### What this task involves
When the line with "face PLANE(AX(P(0,0,0),D(0,0,1),D(1,0,0))) rev" is found, repeat it and all lines that follow it exactly, stopping at the end of the listing.

### Provided material
- - -
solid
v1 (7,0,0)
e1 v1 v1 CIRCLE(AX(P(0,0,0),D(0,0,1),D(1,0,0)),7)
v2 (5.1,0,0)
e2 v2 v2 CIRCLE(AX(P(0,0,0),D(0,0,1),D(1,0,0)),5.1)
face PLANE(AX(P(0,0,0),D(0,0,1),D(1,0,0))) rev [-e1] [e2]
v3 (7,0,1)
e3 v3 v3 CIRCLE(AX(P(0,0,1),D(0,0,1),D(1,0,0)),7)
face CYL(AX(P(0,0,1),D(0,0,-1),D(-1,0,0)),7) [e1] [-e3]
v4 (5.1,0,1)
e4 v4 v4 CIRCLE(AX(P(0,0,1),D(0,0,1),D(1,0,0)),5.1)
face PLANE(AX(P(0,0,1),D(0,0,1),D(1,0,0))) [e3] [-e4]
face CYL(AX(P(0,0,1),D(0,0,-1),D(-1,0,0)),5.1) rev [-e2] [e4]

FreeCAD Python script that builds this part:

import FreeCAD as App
import Part
import Sketcher

V = App.Vector
Q = App.Units.Quantity

doc = App.newDocument("Part")
body = doc.addObject("PartDesign::Body", "Body")

# Sketch on XY plane
sketch1 = body.newObject("Sketcher::SketchObject", "Sketch")
sketch1.AttachmentSupport = (doc.getObject("XY_Plane"), [""])
sketch1.MapMode = "FlatFace"
sketch1.addGeometry(Part.Circle(V(0, 0, 0), V(0, 0, 1), 7), False)
sketch1.addGeometry(Part.Circle(V(0, 0, 0), V(0, 0, 1), 5.1), False)
sketch1.addConstraint(Sketcher.Constraint("Coincident", 0, 3, -1, 1))
sketch1.addConstraint(Sketcher.Constraint("Coincident", 1, 3, -1, 1))
sketch1.addConstraint(Sketcher.Constraint("Diameter", 0, Q("14 mm")))
sketch1.addConstraint(Sketcher.Constraint("Diameter", 1, Q("10.2 mm")))
pad1 = body.newObject("PartDesign::Pad", "Pad")
pad1.Profile = sketch1
pad1.Length = 1

doc.recompute()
- - -
### Expected output
face PLANE(AX(P(0,0,0),D(0,0,1),D(1,0,0))) rev [-e1] [e2]
v3 (7,0,1)
e3 v3 v3 CIRCLE(AX(P(0,0,1),D(0,0,1),D(1,0,0)),7)
face CYL(AX(P(0,0,1),D(0,0,-1),D(-1,0,0)),7) [e1] [-e3]
v4 (5.1,0,1)
e4 v4 v4 CIRCLE(AX(P(0,0,1),D(0,0,1),D(1,0,0)),5.1)
face PLANE(AX(P(0,0,1),D(0,0,1),D(1,0,0))) [e3] [-e4]
face CYL(AX(P(0,0,1),D(0,0,-1),D(-1,0,0)),5.1) rev [-e2] [e4]

FreeCAD Python script that builds this part:

import FreeCAD as App
import Part
import Sketcher

V = App.Vector
Q = App.Units.Quantity

doc = App.newDocument("Part")
body = doc.addObject("PartDesign::Body", "Body")

# Sketch on XY plane
sketch1 = body.newObject("Sketcher::SketchObject", "Sketch")
sketch1.AttachmentSupport = (doc.getObject("XY_Plane"), [""])
sketch1.MapMode = "FlatFace"
sketch1.addGeometry(Part.Circle(V(0, 0, 0), V(0, 0, 1), 7), False)
sketch1.addGeometry(Part.Circle(V(0, 0, 0), V(0, 0, 1), 5.1), False)
sketch1.addConstraint(Sketcher.Constraint("Coincident", 0, 3, -1, 1))
sketch1.addConstraint(Sketcher.Constraint("Coincident", 1, 3, -1, 1))
sketch1.addConstraint(Sketcher.Constraint("Diameter", 0, Q("14 mm")))
sketch1.addConstraint(Sketcher.Constraint("Diameter", 1, Q("10.2 mm")))
pad1 = body.newObject("PartDesign::Pad", "Pad")
pad1.Profile = sketch1
pad1.Length = 1

doc.recompute()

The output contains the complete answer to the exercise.